NUS president Megan Dunn said that there is “strong evidence” that converting grants into loans will mean that university becomes “less accessible to minority groups”.

A survey by the NUS also revealed that a third of the students would not be in university without the government’s financial help, with 52 per cent of the students eligible for a maintenance grant stating that it was “absolutely essential” for them.

Students are now stuck between a rock and a hard place, where they have to choose to either go to university – and watch their debt add up before they turn 25 -, or not go to university at all.

Fine art student Becca Davis, 20, has received a maintenance loan every year and said she would not be able to live in Kingston if she did not get it.

“I wouldn’t think twice because I wouldn’t be able to afford the accommodation and all the rest with the loan, even with a job. I don’t have a choice really,” said Davis.

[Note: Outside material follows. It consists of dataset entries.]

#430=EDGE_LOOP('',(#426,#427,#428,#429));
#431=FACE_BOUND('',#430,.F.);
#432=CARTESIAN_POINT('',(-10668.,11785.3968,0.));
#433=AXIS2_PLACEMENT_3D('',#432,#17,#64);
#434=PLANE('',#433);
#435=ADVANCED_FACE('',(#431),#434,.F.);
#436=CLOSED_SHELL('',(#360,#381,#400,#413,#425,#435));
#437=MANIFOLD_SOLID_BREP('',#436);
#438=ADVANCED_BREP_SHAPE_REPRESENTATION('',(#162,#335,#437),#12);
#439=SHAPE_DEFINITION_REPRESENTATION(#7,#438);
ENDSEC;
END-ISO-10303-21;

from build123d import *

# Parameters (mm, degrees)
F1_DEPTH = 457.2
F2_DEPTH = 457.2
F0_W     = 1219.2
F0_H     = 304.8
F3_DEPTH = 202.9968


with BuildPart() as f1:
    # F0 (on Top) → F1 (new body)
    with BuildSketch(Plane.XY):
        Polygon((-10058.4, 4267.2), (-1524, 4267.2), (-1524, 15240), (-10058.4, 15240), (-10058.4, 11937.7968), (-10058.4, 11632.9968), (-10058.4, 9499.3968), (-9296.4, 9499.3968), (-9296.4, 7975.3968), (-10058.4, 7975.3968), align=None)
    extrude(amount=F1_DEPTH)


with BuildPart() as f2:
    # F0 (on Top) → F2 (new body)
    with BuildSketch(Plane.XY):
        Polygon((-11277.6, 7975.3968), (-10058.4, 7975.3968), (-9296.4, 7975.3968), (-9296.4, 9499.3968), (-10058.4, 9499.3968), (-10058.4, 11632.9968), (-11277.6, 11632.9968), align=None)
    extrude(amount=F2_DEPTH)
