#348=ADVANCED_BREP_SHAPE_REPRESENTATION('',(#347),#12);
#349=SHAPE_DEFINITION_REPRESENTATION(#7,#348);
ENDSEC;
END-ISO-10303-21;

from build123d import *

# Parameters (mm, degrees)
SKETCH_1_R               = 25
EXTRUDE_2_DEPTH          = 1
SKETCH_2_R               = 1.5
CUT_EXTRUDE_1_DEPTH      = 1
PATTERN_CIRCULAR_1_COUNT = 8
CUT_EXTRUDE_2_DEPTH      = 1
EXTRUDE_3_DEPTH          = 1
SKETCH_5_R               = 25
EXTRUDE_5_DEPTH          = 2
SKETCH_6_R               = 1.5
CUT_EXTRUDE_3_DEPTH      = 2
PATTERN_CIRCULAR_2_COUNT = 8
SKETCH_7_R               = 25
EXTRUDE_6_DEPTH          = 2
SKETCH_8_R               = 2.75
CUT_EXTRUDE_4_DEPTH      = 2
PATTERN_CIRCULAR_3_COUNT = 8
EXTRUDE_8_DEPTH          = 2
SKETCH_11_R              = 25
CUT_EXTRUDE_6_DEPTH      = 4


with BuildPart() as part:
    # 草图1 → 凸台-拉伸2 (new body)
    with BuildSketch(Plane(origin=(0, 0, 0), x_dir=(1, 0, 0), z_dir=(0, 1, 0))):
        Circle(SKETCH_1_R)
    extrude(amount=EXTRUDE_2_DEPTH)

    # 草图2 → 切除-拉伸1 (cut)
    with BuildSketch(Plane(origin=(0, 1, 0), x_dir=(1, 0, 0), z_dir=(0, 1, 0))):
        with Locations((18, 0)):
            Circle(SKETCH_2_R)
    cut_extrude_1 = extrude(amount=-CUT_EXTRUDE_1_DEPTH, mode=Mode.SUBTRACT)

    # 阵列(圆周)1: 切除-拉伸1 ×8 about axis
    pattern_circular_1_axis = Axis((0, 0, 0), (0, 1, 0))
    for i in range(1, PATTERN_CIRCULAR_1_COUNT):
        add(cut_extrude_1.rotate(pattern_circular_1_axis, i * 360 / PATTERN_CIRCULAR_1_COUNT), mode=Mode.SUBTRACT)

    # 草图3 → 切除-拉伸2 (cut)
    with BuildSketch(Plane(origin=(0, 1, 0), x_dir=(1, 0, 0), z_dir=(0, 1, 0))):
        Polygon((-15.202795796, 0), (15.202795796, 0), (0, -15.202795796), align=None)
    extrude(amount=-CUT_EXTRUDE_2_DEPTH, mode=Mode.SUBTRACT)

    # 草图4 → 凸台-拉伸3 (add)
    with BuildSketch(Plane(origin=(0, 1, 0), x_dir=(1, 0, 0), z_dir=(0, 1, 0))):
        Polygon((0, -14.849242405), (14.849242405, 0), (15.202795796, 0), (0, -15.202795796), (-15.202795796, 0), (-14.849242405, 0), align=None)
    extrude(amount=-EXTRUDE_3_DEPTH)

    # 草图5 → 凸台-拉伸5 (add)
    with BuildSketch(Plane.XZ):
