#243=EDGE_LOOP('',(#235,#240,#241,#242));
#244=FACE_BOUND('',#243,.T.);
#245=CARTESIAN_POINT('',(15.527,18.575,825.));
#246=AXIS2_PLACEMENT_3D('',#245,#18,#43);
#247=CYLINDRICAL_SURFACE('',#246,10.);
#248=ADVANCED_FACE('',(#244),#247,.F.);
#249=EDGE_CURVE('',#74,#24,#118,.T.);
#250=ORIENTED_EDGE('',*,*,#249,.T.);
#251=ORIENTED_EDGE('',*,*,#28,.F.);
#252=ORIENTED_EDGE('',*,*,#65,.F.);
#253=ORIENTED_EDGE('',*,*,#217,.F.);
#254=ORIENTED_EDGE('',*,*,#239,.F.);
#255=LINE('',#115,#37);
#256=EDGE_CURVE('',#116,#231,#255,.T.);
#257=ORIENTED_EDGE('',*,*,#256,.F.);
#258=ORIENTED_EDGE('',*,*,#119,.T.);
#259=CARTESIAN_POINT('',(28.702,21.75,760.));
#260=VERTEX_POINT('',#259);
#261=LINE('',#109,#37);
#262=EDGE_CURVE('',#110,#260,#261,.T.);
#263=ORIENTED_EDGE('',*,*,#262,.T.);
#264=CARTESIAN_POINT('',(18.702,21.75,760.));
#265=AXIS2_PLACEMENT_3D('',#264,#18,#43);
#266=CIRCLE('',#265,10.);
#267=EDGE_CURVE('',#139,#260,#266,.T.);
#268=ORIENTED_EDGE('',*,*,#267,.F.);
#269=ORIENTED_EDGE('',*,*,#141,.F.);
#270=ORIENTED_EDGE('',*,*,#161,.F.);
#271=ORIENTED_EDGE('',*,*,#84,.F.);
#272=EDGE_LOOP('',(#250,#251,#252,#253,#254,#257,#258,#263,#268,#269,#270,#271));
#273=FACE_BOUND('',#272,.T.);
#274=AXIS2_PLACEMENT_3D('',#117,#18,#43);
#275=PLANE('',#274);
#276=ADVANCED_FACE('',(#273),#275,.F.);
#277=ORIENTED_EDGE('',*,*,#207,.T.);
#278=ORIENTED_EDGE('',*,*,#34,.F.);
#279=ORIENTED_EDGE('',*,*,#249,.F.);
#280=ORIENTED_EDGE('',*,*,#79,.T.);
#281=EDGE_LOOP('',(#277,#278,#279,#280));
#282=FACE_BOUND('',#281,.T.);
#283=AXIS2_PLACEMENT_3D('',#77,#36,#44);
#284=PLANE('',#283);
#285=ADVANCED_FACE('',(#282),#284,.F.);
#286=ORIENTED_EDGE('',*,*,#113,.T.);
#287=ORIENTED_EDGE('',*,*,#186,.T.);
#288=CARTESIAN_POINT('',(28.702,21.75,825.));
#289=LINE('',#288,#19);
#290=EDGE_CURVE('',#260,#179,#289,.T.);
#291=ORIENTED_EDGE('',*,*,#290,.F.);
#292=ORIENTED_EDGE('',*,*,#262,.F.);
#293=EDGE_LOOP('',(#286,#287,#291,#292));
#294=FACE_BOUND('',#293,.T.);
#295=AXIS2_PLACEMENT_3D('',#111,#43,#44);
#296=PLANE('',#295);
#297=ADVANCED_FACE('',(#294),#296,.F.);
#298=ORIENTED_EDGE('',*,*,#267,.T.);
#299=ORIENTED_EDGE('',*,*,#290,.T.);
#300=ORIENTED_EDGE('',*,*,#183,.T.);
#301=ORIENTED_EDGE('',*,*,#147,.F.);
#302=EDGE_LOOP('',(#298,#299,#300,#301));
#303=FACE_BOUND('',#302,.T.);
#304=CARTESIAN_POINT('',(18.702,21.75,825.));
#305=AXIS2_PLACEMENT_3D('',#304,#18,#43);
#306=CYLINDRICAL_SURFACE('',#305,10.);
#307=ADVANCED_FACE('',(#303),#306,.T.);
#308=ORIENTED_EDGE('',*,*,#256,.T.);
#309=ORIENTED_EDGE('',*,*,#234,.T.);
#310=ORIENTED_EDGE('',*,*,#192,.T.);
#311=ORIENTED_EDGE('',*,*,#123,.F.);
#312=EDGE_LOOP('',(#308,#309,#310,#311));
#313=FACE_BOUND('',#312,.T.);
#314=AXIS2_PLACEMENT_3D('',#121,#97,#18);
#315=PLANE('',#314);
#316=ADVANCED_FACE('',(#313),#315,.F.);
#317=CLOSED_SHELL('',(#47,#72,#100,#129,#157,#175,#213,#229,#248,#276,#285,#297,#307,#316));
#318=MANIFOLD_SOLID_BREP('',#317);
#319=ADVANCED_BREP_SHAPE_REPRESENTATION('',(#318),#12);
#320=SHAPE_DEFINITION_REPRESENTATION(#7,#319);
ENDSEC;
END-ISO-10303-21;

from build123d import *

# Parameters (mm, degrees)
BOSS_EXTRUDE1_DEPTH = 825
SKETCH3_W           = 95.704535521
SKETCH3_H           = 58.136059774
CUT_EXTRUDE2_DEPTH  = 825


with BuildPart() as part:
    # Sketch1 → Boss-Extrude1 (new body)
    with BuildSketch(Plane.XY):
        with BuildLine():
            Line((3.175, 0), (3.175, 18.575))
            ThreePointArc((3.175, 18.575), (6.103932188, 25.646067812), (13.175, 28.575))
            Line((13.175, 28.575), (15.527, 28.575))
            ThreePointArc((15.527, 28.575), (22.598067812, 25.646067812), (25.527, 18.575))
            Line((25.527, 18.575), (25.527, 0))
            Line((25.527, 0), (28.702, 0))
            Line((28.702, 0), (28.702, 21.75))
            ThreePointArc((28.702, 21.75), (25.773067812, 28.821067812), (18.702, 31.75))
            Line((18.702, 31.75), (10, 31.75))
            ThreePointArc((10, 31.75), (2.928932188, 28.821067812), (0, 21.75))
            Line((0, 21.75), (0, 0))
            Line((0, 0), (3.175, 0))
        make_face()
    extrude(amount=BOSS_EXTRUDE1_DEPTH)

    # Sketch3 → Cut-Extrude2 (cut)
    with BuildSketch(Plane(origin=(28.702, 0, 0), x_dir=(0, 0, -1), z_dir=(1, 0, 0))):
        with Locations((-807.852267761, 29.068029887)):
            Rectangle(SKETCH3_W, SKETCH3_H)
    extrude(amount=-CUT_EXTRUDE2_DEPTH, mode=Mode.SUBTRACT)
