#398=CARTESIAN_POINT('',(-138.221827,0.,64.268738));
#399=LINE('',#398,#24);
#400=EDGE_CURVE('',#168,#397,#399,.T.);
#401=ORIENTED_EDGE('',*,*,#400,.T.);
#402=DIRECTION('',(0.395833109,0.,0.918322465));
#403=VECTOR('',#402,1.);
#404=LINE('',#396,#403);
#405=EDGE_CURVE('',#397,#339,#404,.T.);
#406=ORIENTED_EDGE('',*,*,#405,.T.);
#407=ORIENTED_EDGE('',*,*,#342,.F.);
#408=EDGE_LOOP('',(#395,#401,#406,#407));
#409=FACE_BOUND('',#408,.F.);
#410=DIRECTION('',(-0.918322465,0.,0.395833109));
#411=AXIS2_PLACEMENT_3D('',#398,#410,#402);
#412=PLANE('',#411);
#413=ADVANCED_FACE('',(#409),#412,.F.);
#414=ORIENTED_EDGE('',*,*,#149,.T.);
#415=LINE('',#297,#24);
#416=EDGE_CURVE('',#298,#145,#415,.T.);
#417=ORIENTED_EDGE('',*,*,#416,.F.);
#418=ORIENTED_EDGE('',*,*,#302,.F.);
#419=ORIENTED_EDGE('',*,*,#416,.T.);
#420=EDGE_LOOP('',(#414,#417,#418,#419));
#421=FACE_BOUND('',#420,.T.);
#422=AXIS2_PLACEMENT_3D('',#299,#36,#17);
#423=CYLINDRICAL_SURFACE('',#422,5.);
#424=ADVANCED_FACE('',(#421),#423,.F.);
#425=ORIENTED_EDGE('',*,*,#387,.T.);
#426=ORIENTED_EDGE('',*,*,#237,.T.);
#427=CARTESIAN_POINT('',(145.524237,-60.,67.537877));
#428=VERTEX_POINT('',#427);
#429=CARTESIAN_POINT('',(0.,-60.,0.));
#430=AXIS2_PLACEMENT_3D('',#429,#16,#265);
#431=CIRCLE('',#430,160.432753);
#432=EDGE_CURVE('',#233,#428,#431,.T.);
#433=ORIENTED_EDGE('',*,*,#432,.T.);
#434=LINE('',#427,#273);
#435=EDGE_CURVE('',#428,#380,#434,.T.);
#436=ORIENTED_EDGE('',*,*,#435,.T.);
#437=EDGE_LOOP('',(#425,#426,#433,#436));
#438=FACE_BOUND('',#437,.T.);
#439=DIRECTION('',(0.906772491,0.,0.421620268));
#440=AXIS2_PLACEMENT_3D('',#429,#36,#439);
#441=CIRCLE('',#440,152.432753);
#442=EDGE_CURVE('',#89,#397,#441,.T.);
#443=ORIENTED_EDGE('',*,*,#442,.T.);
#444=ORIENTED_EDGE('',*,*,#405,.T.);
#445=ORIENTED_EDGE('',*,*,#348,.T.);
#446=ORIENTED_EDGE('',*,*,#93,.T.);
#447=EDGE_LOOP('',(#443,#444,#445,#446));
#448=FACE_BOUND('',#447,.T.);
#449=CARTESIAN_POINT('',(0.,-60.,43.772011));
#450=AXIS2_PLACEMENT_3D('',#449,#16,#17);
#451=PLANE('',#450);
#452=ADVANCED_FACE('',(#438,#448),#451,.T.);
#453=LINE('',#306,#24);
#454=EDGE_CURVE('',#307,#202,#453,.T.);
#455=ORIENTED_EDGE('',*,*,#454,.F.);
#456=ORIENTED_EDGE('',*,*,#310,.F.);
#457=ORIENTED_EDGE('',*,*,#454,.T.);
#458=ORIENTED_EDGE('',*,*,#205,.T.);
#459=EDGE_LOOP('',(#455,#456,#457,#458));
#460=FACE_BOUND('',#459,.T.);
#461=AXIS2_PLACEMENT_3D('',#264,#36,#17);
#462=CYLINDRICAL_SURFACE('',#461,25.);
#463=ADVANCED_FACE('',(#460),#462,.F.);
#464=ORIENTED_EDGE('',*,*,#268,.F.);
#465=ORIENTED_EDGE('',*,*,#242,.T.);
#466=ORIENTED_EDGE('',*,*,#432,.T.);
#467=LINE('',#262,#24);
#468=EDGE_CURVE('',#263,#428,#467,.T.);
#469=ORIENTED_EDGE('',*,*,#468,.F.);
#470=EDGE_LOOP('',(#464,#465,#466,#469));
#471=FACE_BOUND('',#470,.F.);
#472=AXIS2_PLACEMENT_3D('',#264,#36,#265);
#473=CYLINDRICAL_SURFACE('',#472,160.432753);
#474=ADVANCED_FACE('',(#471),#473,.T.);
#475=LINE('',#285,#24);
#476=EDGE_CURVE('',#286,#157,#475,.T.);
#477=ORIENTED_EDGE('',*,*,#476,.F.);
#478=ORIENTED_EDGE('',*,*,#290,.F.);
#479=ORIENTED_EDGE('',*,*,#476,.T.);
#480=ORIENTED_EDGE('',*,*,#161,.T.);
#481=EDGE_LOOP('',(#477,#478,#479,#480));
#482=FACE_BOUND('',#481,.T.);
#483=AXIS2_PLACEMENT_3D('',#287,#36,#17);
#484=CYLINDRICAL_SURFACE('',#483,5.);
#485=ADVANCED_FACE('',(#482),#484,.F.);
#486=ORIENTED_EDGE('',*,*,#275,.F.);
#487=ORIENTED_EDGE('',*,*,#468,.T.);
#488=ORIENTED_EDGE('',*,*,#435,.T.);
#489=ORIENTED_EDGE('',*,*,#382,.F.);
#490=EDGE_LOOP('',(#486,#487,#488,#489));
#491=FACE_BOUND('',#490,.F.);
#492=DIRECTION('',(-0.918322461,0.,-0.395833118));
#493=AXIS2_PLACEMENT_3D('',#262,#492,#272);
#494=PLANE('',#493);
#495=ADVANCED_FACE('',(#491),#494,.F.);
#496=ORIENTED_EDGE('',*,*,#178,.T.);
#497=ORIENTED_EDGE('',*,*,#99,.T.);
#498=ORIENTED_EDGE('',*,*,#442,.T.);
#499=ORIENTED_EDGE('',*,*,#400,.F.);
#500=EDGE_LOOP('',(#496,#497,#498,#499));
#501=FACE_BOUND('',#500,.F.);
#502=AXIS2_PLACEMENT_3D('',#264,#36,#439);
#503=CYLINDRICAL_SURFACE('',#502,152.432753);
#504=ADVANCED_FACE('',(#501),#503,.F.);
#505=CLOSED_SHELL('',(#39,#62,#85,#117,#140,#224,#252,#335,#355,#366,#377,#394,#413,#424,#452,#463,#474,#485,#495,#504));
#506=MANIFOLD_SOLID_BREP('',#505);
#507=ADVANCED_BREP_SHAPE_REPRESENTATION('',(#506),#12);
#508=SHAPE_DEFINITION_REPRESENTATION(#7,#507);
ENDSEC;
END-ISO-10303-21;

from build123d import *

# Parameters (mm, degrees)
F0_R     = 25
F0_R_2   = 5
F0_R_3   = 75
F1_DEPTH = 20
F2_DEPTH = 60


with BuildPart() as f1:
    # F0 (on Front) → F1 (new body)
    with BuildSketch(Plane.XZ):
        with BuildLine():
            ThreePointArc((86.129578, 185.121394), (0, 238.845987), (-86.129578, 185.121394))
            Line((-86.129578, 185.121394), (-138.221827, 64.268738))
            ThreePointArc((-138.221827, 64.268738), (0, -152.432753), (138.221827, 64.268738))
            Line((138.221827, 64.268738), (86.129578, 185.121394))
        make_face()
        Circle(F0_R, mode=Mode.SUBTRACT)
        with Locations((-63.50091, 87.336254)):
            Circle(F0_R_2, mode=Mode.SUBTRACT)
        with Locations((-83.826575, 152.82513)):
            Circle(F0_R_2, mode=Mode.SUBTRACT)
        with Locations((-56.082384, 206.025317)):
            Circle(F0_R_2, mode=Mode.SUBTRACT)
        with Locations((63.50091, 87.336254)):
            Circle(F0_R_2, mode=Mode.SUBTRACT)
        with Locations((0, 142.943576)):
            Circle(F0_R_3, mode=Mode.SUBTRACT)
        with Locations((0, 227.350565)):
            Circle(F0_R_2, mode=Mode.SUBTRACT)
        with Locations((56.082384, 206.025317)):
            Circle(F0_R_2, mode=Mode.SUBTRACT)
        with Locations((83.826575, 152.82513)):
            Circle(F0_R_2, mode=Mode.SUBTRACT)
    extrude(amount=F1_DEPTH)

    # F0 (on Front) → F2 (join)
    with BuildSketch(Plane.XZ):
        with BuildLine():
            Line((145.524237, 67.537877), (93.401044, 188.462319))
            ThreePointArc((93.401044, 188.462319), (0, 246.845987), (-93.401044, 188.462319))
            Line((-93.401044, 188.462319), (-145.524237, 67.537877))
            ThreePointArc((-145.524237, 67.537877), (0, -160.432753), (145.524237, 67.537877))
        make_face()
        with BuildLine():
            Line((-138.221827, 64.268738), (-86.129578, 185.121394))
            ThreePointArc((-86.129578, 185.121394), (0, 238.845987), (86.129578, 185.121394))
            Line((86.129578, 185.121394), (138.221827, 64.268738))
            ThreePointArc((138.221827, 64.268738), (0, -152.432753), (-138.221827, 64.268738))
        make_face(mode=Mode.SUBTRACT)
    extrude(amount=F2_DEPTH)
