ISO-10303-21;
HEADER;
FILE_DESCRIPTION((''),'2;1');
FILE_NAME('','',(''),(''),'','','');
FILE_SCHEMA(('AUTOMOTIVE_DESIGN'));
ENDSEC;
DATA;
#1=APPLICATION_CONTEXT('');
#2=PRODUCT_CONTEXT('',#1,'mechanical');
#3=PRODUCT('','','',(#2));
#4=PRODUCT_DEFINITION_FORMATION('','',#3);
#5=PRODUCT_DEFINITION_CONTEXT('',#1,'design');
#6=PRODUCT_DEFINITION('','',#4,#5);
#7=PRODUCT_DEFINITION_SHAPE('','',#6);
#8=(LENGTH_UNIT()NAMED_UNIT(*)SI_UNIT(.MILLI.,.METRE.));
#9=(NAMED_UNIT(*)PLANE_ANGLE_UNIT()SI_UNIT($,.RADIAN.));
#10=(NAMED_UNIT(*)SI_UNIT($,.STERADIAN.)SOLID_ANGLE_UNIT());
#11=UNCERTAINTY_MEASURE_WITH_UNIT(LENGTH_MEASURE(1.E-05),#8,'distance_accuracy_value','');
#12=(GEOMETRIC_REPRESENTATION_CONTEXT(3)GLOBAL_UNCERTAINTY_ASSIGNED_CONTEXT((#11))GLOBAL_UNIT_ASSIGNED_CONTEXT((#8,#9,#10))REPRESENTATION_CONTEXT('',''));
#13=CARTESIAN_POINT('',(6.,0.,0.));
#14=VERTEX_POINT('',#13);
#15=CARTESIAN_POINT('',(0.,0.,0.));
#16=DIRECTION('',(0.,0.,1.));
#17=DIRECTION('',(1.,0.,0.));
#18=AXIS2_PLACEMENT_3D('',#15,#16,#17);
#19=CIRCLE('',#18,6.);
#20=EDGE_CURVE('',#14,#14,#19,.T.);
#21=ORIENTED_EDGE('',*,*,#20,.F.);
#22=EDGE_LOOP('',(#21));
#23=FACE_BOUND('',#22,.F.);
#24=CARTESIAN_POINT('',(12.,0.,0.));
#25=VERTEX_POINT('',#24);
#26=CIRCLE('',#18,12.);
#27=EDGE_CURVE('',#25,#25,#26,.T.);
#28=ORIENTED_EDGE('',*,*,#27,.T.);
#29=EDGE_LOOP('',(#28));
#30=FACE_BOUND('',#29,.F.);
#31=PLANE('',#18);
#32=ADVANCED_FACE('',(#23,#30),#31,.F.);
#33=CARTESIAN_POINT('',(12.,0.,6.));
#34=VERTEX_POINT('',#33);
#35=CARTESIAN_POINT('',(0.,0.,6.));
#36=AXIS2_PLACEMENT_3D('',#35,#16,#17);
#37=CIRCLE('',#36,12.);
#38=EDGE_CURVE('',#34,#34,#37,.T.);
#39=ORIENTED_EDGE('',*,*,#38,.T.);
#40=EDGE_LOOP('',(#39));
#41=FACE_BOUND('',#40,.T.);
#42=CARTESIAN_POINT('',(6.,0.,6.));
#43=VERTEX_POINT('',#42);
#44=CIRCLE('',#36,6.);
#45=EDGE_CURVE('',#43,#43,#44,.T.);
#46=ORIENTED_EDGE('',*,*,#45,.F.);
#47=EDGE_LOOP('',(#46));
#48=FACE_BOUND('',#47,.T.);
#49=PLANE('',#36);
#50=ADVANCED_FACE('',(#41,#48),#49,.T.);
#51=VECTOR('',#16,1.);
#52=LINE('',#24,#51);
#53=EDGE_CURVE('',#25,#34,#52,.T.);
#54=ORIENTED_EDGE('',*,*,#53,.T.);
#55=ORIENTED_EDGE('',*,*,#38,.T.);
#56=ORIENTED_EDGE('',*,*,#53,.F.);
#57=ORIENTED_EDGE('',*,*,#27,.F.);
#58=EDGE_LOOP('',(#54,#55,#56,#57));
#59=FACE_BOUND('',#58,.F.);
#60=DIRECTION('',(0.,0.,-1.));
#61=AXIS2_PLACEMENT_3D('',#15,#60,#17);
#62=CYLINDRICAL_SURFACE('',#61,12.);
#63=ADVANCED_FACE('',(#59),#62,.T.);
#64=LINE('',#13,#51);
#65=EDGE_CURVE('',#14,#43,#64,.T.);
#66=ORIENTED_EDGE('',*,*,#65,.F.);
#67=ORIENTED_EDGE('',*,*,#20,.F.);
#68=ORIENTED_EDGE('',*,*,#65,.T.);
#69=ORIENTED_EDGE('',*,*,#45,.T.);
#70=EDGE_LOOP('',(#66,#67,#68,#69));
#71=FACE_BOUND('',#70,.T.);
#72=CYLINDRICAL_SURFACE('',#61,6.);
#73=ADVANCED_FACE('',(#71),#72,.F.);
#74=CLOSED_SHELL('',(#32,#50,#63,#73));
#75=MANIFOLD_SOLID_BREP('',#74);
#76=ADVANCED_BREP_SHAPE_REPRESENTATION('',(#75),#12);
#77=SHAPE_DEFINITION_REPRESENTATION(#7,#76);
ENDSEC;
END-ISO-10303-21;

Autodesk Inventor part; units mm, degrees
ref_plane "YZ Plane" through (0, 0, 0) normal (1, 0, 0) x (0, 1, 0)
ref_plane "XZ Plane" through (0, 0, 0) normal (0, 1, 0) x (-1, 0, 0)
ref_plane "XY Plane" through (0, 0, 0) normal (0, 0, 1) x (1, 0, 0)
sketch "Sketch1" plane through (0, 0, 0) normal (0, 0, 1) x (1, 0, 0)
  circle A0 centre (0, 0) radius 6
  circle A1 centre (0, 0) radius 12
  dimension "d0" = 24
  dimension "d1" = 12
extrude "Extrusion1" add sketch "Sketch1" along normal blind 6
properties part number "Bearing"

The new system will scrap the grants entirely for people starting university in the year of 2016/2017 and allow students from low-income families to apply for a loan of up to £8,200, depending on their household income.

Students from households with an annual income of £25,000 or less will be eligible to the full loan, which means an increase of £12,500 to the current level of tuition fees, to a total of £53,000 of debt.

Unlike the grants, which did not have to be paid back, students will have to repay the maintenance loans as soon as they earn over £21,000 a year, the same as with tuition fees. The loan repayment threshold will be frozen for five years.

Mr Osborne argued during his Budget speech that grants were costing the taxpayer a total of £1.57bn a year and that there was a “basic unfairness in asking taxpayers to fund grants for people who are likely to earn a lot more than them”.

As for students from poorer backgrounds, the impact is more psychological rather than practical when deciding whether to apply for university or not.

“I personally would still apply, but I would definitely think more carefully,” said Andrew Weymiss.